There are a few more checks but this is the idea. If all conditions are satisfied, we can replace prefix SID with anycast SID. The last step is to deduplicate the structure, which hopefully will result in just one segment list.
Anycast SID is especially useful in multi-domain topologies:
In multi-domain designs (e.g. Seamless MPLS), anycast SID provides load balancing and resiliency and is one of the reasons to prefer SR over LDP or RSVP.
Vendor implementations of ECMP and anycast SID
From my lab testing results, vendors can generate some basic segment lists which are mostly ok in basic topologies, but break when I introduce ECMP. In slightly non-conventional topologies, the generated segment lists are wrong and don’t satisfy the specified constraints. As I haven’t seen the code of Cisco or Juniper, but presume they reused the logic from RSVP-TE and that doesn’t work well for SR-TE.
As for anycast, I tried to enable anycast-sid-inclusion on IOS-XR but it didn’t work in the topology where anycast can be obviously used. My assumption is that it was developed for a specific use case in a specific topology and does not work in all topologies.
Conclusion
It seems that Traffic Dictator is currently the only SR-TE implementation that is fully ECMP and anycast aware.
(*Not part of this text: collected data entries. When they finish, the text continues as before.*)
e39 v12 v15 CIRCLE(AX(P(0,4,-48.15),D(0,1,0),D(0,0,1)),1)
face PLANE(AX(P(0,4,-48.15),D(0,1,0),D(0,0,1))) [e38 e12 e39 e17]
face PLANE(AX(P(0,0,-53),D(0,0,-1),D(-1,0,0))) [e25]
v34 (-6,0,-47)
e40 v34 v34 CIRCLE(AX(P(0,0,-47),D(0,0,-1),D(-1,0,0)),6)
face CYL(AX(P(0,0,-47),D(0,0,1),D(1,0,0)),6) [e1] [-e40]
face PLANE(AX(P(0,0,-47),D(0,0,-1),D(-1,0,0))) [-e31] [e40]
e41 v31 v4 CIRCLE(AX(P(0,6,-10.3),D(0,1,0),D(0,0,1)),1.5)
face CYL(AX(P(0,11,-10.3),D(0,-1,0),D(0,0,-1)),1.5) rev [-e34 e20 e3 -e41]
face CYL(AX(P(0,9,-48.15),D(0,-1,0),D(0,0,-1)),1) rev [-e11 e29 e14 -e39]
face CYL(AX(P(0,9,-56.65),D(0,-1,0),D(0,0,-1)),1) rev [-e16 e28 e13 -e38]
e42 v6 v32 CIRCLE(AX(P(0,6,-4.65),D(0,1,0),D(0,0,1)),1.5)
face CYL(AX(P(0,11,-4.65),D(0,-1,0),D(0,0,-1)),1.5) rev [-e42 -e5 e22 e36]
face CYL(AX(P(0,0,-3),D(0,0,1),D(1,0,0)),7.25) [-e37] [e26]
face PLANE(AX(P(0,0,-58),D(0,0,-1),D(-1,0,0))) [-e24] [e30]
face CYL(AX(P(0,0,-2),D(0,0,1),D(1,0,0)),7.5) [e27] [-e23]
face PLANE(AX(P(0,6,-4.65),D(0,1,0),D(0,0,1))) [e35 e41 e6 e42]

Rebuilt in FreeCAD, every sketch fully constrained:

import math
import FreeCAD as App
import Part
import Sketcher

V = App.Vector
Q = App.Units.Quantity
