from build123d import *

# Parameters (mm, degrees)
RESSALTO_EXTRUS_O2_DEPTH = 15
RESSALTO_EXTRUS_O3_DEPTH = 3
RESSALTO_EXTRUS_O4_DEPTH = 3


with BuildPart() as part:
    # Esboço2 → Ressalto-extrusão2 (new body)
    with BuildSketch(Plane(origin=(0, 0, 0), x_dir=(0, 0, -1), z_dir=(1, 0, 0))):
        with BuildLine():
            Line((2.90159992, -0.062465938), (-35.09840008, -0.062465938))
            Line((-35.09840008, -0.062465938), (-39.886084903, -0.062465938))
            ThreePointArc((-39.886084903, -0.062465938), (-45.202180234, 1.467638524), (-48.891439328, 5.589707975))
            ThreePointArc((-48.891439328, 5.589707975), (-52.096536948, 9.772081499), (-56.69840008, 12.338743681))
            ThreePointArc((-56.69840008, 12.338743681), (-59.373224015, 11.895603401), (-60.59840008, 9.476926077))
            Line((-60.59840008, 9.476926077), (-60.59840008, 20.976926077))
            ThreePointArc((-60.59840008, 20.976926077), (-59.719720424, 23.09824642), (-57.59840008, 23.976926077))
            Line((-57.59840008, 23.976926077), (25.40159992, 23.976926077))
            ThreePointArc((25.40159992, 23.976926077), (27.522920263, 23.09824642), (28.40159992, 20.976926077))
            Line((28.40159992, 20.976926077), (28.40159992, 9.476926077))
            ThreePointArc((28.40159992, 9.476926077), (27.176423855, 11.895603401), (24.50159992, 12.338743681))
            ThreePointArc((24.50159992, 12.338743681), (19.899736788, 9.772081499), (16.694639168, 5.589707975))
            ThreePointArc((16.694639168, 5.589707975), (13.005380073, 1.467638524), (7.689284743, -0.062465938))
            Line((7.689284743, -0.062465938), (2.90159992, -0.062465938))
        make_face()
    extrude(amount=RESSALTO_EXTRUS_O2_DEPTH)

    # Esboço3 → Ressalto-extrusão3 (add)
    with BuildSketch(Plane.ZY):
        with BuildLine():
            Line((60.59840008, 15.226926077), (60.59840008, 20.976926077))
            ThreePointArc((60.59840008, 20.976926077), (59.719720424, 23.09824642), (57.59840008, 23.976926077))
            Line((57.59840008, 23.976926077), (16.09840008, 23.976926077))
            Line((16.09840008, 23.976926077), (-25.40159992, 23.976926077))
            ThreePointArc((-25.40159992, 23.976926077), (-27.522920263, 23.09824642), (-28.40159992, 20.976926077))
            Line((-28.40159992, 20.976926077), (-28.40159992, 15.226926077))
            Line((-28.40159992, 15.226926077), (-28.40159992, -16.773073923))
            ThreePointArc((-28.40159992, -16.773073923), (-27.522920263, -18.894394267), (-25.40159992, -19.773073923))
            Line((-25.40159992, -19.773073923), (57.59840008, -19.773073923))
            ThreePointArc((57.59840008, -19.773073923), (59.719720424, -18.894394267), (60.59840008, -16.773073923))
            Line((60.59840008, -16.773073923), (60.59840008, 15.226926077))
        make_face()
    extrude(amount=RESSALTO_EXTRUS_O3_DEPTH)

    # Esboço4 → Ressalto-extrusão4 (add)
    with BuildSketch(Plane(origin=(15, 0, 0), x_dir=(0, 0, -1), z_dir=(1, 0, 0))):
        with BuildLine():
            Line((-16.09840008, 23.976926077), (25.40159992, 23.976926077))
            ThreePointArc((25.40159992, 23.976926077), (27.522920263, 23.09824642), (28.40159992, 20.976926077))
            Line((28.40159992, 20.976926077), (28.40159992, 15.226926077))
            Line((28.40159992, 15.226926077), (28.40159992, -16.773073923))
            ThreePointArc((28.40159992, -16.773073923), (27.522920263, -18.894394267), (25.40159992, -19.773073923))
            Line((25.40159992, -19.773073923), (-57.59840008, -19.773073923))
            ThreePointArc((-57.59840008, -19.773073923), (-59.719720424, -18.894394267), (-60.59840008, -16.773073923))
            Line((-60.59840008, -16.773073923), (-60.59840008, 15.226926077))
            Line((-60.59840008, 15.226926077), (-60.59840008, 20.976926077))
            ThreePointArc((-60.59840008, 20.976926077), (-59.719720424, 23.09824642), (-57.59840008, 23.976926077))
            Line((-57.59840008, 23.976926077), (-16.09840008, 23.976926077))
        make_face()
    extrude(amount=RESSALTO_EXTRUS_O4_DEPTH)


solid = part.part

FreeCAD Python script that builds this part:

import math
import FreeCAD as App
import Part
import Sketcher
Q = App.Units.Quantity

doc = App.newDocument("Part")
body = doc.addObject("PartDesign::Body", "Body")

# Sketch on YZ plane
sketch1 = body.newObject("Sketcher::SketchObject", "Sketch")
sketch1.AttachmentSupport = (doc.getObject("YZ_Plane"), [""])
sketch1.MapMode = "FlatFace"
sketch1.addGeometry([
    Part.ArcOfCircle(Part.Circle(App.Vector(9.9, 39.9, 0), App.Vector(0, 0, 1), 10), math.radians(116), math.radians(180)),  # 0
    Part.LineSegment(App.Vector(-0.1, 39.9, 0), App.Vector(-0.1, -7.7, 0)),  # 1
    Part.ArcOfCircle(Part.Circle(App.Vector(9.9, -7.7, 0), App.Vector(0, 0, 1), 10), math.radians(-180), math.radians(-116)),  # 2
    Part.ArcOfCircle(Part.Circle(App.Vector(-0.1, -28.4, 0), App.Vector(0, 0, 1), 13), math.radians(17), math.radians(64)),  # 3
    Part.ArcOfCircle(Part.Circle(App.Vector(9.5, -25.4, 0), App.Vector(0, 0, 1), 3), math.radians(-90), math.radians(17)),  # 4
    Part.LineSegment(App.Vector(9.5, -28.4, 0), App.Vector(21, -28.4, 0)),  # 5
    Part.ArcOfCircle(Part.Circle(App.Vector(21, -25.4, 0), App.Vector(0, 0, 1), 3), math.radians(-90), math.radians(0)),  # 6
    Part.LineSegment(App.Vector(24, -25.4, 0), App.Vector(24, 57.6, 0)),  # 7
    Part.ArcOfCircle(Part.Circle(App.Vector(21, 57.6, 0), App.Vector(0, 0, 1), 3), math.radians(0), math.radians(90)),  # 8
    Part.LineSegment(App.Vector(21, 60.6, 0), App.Vector(9.5, 60.6, 0)),  # 9
    Part.ArcOfCircle(Part.Circle(App.Vector(9.5, 57.6, 0), App.Vector(0, 0, 1), 3), math.radians(-17), math.radians(90)),  # 10
    Part.ArcOfCircle(Part.Circle(App.Vector(-0.1, 60.6, 0), App.Vector(0, 0, 1), 13), math.radians(-64), math.radians(-17)),  # 11
], False)
sketch1.addConstraint([
    Sketcher.Constraint("Tangent", 0, 2, 1, 1),
    Sketcher.Constraint("Tangent", 1, 2, 2, 1),
    Sketcher.Constraint("Tangent", 2, 2, 3, 2),
    Sketcher.Constraint("Tangent", 3, 1, 4, 2),
    Sketcher.Constraint("Tangent", 4, 1, 5, 1),
    Sketcher.Constraint("Tangent", 5, 2, 6, 1),
    Sketcher.Constraint("Tangent", 6, 2, 7, 1),
    Sketcher.Constraint("Tangent", 7, 2, 8, 1),
    Sketcher.Constraint("Tangent", 8, 2, 9, 1),
    Sketcher.Constraint("Tangent", 9, 2, 10, 2),
    Sketcher.Constraint("Tangent", 10, 1, 11, 2),
    Sketcher.Constraint("Tangent", 11, 1, 0, 1),
    Sketcher.Constraint("Vertical", 1),
    Sketcher.Constraint("Horizontal", 5),
    Sketcher.Constraint("Vertical", 7),
    Sketcher.Constraint("Horizontal", 9),
    Sketcher.Constraint("Equal", 0, 2),
    Sketcher.Constraint("Equal", 4, 6),
    Sketcher.Constraint("Equal", 6, 8),
    Sketcher.Constraint("Equal", 8, 10),
    Sketcher.Constraint("Equal", 3, 11),
    Sketcher.Constraint("Horizontal", 3, 3, 4, 1),
    Sketcher.Constraint("Horizontal", 11, 3, 8, 2),
    Sketcher.Constraint("Vertical", 4, 3, 10, 3),
    Sketcher.Constraint("Vertical", 11, 3, 0, 2),
    Sketcher.Constraint("Radius", 0, Q("10 mm")),
    Sketcher.Constraint("Radius", 3, Q("13 mm")),
    Sketcher.Constraint("Radius", 4, Q("3 mm")),
    Sketcher.Constraint("DistanceY", 7, 1, 7, 2, Q("83 mm")),
    Sketcher.Constraint("DistanceX", 5, 1, 5, 2, Q("11.5 mm")),
    Sketcher.Constraint("DistanceY", 3, 3, -1, 1, Q("28.4016 mm")),
    Sketcher.Constraint("DistanceX", -1, 1, 0, 3, Q("9.937534 mm")),
])
pad1 = body.newObject("PartDesign::Pad", "Pad")
pad1.Profile = sketch1
pad1.Length = 15

# Sketch on YZ plane
sketch2 = body.newObject("Sketcher::SketchObject", "Sketch001")
sketch2.AttachmentSupport = (doc.getObject("YZ_Plane"), [""])
sketch2.MapMode = "FlatFace"
sketch2.addGeometry([
    Part.ArcOfCircle(Part.Circle(App.Vector(21, 57.6, 0), App.Vector(0, 0, 1), 3), math.radians(0), math.radians(90)),  # 0
    Part.LineSegment(App.Vector(24, 57.6, 0), App.Vector(24, -25.4, 0)),  # 1
    Part.ArcOfCircle(Part.Circle(App.Vector(21, -25.4, 0), App.Vector(0, 0, 1), 3), math.radians(-90), math.radians(0)),  # 2
    Part.LineSegment(App.Vector(21, -28.4, 0), App.Vector(-16.8, -28.4, 0)),  # 3
    Part.ArcOfCircle(Part.Circle(App.Vector(-16.8, -25.4, 0), App.Vector(0, 0, 1), 3), math.radians(180), math.radians(270)),  # 4
    Part.LineSegment(App.Vector(-19.8, -25.4, 0), App.Vector(-19.8, 57.6, 0)),  # 5
    Part.ArcOfCircle(Part.Circle(App.Vector(-16.8, 57.6, 0), App.Vector(0, 0, 1), 3), math.radians(90), math.radians(180)),  # 6
    Part.LineSegment(App.Vector(-16.8, 60.6, 0), App.Vector(21, 60.6, 0)),  # 7
], False)
sketch2.addConstraint([
    Sketcher.Constraint("Tangent", 0, 1, 1, 1),
    Sketcher.Constraint("Tangent", 1, 2, 2, 2),
    Sketcher.Constraint("Tangent", 2, 1, 3, 1),
    Sketcher.Constraint("Tangent", 3, 2, 4, 2),
    Sketcher.Constraint("Tangent", 4, 1, 5, 1),
    Sketcher.Constraint("Tangent", 5, 2, 6, 2),
    Sketcher.Constraint("Tangent", 6, 1, 7, 1),
    Sketcher.Constraint("Tangent", 7, 2, 0, 2),
    Sketcher.Constraint("Vertical", 1),
    Sketcher.Constraint("Horizontal", 3),
    Sketcher.Constraint("Vertical", 5),
    Sketcher.Constraint("Horizontal", 7),
    Sketcher.Constraint("Equal", 0, 2),
    Sketcher.Constraint("Equal", 2, 4),
    Sketcher.Constraint("Equal", 4, 6),
    Sketcher.Constraint("Radius", 0, Q("3 mm")),
    Sketcher.Constraint("DistanceY", 1, 2, 1, 1, Q("83 mm")),
    Sketcher.Constraint("DistanceX", 3, 2, 3, 1, Q("37.75 mm")),
    Sketcher.Constraint("DistanceY", -1, 1, 0, 3, Q("57.5984 mm")),
    Sketcher.Constraint("DistanceX", -1, 1, 0, 3, Q("20.976926 mm")),
])
pad2 = body.newObject("PartDesign::Pad", "Pad001")
pad2.Profile = sketch2
pad2.Length = 3
pad2.Reversed = True

# Sketch on YZ plane
sketch3 = body.newObject("Sketcher::SketchObject", "Sketch002")
sketch3.AttachmentSupport = (doc.getObject("YZ_Plane"), [""])
sketch3.MapMode = "FlatFace"
sketch3.AttachmentOffset = App.Placement(App.Vector(0, 0, 15), App.Rotation())
sketch3.addGeometry([
    Part.ArcOfCircle(Part.Circle(App.Vector(21, -25.4, 0), App.Vector(0, 0, 1), 3), math.radians(-90), math.radians(0)),  # 0
    Part.LineSegment(App.Vector(24, -25.4, 0), App.Vector(24, 57.6, 0)),  # 1
    Part.ArcOfCircle(Part.Circle(App.Vector(21, 57.6, 0), App.Vector(0, 0, 1), 3), math.radians(0), math.radians(90)),  # 2
    Part.LineSegment(App.Vector(21, 60.6, 0), App.Vector(-16.8, 60.6, 0)),  # 3
    Part.ArcOfCircle(Part.Circle(App.Vector(-16.8, 57.6, 0), App.Vector(0, 0, 1), 3), math.radians(90), math.radians(180)),  # 4
    Part.LineSegment(App.Vector(-19.8, 57.6, 0), App.Vector(-19.8, -25.4, 0)),  # 5
    Part.ArcOfCircle(Part.Circle(App.Vector(-16.8, -25.4, 0), App.Vector(0, 0, 1), 3), math.radians(180), math.radians(270)),  # 6
    Part.LineSegment(App.Vector(-16.8, -28.4, 0), App.Vector(21, -28.4, 0)),  # 7
], False)
sketch3.addConstraint([
    Sketcher.Constraint("Tangent", 0, 2, 1, 1),
    Sketcher.Constraint("Tangent", 1, 2, 2, 1),
    Sketcher.Constraint("Tangent", 2, 2, 3, 1),
    Sketcher.Constraint("Tangent", 3, 2, 4, 1),
    Sketcher.Constraint("Tangent", 4, 2, 5, 1),
    Sketcher.Constraint("Tangent", 5, 2, 6, 1),
    Sketcher.Constraint("Tangent", 6, 2, 7, 1),
    Sketcher.Constraint("Tangent", 7, 2, 0, 1),
    Sketcher.Constraint("Vertical", 1),
    Sketcher.Constraint("Horizontal", 3),
    Sketcher.Constraint("Vertical", 5),
    Sketcher.Constraint("Horizontal", 7),
    Sketcher.Constraint("Equal", 0, 2),
    Sketcher.Constraint("Equal", 2, 4),
    Sketcher.Constraint("Equal", 4, 6),
    Sketcher.Constraint("Radius", 0, Q("3 mm")),
    Sketcher.Constraint("DistanceY", 1, 1, 1, 2, Q("83 mm")),
    Sketcher.Constraint("DistanceX", 3, 2, 3, 1, Q("37.75 mm")),
    Sketcher.Constraint("DistanceY", 0, 3, -1, 1, Q("25.4016 mm")),
    Sketcher.Constraint("DistanceX", -1, 1, 0, 3, Q("20.976926 mm")),
])
pad3 = body.newObject("PartDesign::Pad", "Pad002")
pad3.Profile = sketch3
pad3.Length = 3

doc.recompute()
In a basic topology, probably any router/controller would generate the same segment list, but it’s better to have a controller that guarantees the path that will satisfy the given constraints in every topology.
What can happen with other implementations, especially in a complex topology with a lot of ECMP, is that you configure an SR-TE policy with some constraints, but the router/controller generates a segment list that doesn’t entirely satisfy that constraint, and part of the traffic goes to different links, which can lead to suboptimal routing and congestions.
Whichever SR-TE implementation you are using, it’s a good idea to test different policy types in your network topology and understand the limitations, so there will be no surprises when traffic suddenly takes a path different than the configured constraints.